Work to complete
Copy out all lines in the material below that contain the string "with".

Source information
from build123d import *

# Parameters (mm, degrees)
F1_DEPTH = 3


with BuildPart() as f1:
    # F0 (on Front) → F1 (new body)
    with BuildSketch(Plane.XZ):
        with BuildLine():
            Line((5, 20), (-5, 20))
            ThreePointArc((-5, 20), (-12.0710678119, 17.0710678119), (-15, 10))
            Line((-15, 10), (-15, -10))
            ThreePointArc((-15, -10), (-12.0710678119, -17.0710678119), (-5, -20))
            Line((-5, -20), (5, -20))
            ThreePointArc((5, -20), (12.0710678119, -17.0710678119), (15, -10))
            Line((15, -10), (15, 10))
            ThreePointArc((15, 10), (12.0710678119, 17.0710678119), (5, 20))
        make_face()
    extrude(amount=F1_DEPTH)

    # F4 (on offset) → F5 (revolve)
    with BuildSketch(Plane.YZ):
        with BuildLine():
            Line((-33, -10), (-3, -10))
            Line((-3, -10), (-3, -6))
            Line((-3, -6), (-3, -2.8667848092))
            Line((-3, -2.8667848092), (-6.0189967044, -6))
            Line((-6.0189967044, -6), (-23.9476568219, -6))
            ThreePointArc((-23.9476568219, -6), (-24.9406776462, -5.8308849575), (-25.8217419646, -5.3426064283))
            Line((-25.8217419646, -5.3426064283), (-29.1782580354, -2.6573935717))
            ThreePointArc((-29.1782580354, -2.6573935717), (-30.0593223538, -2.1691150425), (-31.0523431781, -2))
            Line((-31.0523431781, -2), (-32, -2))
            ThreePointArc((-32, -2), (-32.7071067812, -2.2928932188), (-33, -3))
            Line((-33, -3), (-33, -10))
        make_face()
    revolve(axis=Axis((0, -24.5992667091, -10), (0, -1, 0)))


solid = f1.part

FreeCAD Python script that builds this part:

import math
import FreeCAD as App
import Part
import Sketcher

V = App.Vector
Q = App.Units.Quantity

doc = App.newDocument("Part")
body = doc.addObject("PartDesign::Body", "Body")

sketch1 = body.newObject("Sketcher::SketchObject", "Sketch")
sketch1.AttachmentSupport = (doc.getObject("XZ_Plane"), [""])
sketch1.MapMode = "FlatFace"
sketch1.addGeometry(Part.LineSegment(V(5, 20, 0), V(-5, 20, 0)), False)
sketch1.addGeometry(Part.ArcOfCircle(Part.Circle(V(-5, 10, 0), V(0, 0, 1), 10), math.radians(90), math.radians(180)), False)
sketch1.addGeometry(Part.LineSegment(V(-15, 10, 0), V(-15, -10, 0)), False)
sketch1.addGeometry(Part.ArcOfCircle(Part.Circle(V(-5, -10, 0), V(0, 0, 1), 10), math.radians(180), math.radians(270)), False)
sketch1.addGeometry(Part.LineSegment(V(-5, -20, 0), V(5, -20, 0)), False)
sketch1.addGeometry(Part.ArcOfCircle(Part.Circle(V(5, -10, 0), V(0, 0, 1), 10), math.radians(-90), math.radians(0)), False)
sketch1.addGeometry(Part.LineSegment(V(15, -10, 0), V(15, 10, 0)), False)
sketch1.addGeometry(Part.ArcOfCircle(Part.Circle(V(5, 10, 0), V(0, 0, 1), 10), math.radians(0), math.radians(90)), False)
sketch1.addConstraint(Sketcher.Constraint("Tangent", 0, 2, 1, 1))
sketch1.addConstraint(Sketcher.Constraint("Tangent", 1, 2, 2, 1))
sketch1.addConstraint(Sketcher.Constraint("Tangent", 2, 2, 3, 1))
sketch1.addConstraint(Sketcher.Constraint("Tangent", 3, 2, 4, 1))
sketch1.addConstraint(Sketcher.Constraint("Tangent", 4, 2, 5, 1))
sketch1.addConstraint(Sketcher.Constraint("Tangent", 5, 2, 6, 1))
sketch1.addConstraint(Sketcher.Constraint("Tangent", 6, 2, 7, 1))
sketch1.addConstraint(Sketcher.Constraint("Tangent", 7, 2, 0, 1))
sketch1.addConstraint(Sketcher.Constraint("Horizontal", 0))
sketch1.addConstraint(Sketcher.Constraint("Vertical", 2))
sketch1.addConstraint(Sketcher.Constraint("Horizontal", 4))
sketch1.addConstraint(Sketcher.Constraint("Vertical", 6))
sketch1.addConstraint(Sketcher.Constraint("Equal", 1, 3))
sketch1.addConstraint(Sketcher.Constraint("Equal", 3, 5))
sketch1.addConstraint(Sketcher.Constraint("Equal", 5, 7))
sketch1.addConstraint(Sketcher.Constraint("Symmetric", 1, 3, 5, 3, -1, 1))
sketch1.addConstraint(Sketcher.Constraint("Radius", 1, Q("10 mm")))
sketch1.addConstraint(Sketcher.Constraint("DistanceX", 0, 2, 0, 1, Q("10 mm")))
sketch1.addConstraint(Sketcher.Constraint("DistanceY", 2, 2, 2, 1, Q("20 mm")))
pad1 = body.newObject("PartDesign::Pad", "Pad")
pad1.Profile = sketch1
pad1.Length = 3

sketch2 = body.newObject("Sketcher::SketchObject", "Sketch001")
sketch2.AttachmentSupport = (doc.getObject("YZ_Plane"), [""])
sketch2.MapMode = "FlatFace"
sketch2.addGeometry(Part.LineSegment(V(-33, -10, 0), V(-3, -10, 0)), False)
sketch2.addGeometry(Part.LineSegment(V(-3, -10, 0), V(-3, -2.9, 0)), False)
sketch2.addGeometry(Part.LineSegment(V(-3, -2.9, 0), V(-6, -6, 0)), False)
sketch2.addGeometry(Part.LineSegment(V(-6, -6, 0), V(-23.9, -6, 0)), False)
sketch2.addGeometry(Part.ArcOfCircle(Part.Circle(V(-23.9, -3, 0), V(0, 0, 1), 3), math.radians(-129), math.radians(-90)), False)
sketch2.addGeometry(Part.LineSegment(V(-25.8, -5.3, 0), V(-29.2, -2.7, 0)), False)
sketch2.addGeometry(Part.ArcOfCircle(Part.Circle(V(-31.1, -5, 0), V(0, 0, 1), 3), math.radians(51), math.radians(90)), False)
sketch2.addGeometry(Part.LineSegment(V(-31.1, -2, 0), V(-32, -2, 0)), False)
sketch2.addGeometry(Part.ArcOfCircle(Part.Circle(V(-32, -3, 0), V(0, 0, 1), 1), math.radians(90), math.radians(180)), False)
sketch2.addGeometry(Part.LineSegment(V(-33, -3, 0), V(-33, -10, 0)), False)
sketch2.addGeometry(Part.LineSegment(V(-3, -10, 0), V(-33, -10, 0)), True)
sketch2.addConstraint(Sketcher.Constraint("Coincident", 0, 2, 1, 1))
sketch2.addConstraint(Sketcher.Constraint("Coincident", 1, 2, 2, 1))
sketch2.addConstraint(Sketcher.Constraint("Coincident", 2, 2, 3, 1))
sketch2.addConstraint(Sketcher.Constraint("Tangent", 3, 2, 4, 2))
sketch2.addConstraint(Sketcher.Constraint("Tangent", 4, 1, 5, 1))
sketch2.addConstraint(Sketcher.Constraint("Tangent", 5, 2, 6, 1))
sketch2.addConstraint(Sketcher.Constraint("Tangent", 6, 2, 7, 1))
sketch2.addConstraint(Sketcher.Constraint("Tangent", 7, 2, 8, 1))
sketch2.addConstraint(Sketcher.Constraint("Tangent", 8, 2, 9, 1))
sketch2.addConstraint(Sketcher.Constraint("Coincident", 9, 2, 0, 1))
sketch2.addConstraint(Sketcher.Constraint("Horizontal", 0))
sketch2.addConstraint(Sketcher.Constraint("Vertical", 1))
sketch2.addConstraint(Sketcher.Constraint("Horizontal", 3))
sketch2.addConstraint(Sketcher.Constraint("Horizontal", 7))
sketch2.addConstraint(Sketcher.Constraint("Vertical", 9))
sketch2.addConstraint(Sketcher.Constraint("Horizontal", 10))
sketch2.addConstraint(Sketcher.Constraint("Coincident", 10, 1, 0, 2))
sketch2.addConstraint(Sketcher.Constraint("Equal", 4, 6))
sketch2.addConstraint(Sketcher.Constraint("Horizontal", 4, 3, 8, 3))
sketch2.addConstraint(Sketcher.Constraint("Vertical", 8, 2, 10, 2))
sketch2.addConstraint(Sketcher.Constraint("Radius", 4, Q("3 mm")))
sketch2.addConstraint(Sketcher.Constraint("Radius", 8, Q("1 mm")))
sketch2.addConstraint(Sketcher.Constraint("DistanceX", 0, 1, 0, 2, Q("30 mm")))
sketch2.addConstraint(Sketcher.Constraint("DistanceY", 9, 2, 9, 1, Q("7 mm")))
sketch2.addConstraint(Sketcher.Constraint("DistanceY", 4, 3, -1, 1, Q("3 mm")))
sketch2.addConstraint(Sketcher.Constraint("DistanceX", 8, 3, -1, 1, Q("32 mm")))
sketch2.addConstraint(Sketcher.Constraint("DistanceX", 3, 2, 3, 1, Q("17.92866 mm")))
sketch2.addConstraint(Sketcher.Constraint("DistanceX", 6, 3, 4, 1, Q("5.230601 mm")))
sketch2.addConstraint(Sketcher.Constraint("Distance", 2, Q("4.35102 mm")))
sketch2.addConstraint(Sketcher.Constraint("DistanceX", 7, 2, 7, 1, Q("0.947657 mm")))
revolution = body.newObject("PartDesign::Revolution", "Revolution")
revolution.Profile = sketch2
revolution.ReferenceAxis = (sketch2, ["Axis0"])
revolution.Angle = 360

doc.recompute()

Answer to this task
with BuildPart() as f1:
    with BuildSketch(Plane.XZ):
        with BuildLine():
    with BuildSketch(Plane.YZ):
        with BuildLine():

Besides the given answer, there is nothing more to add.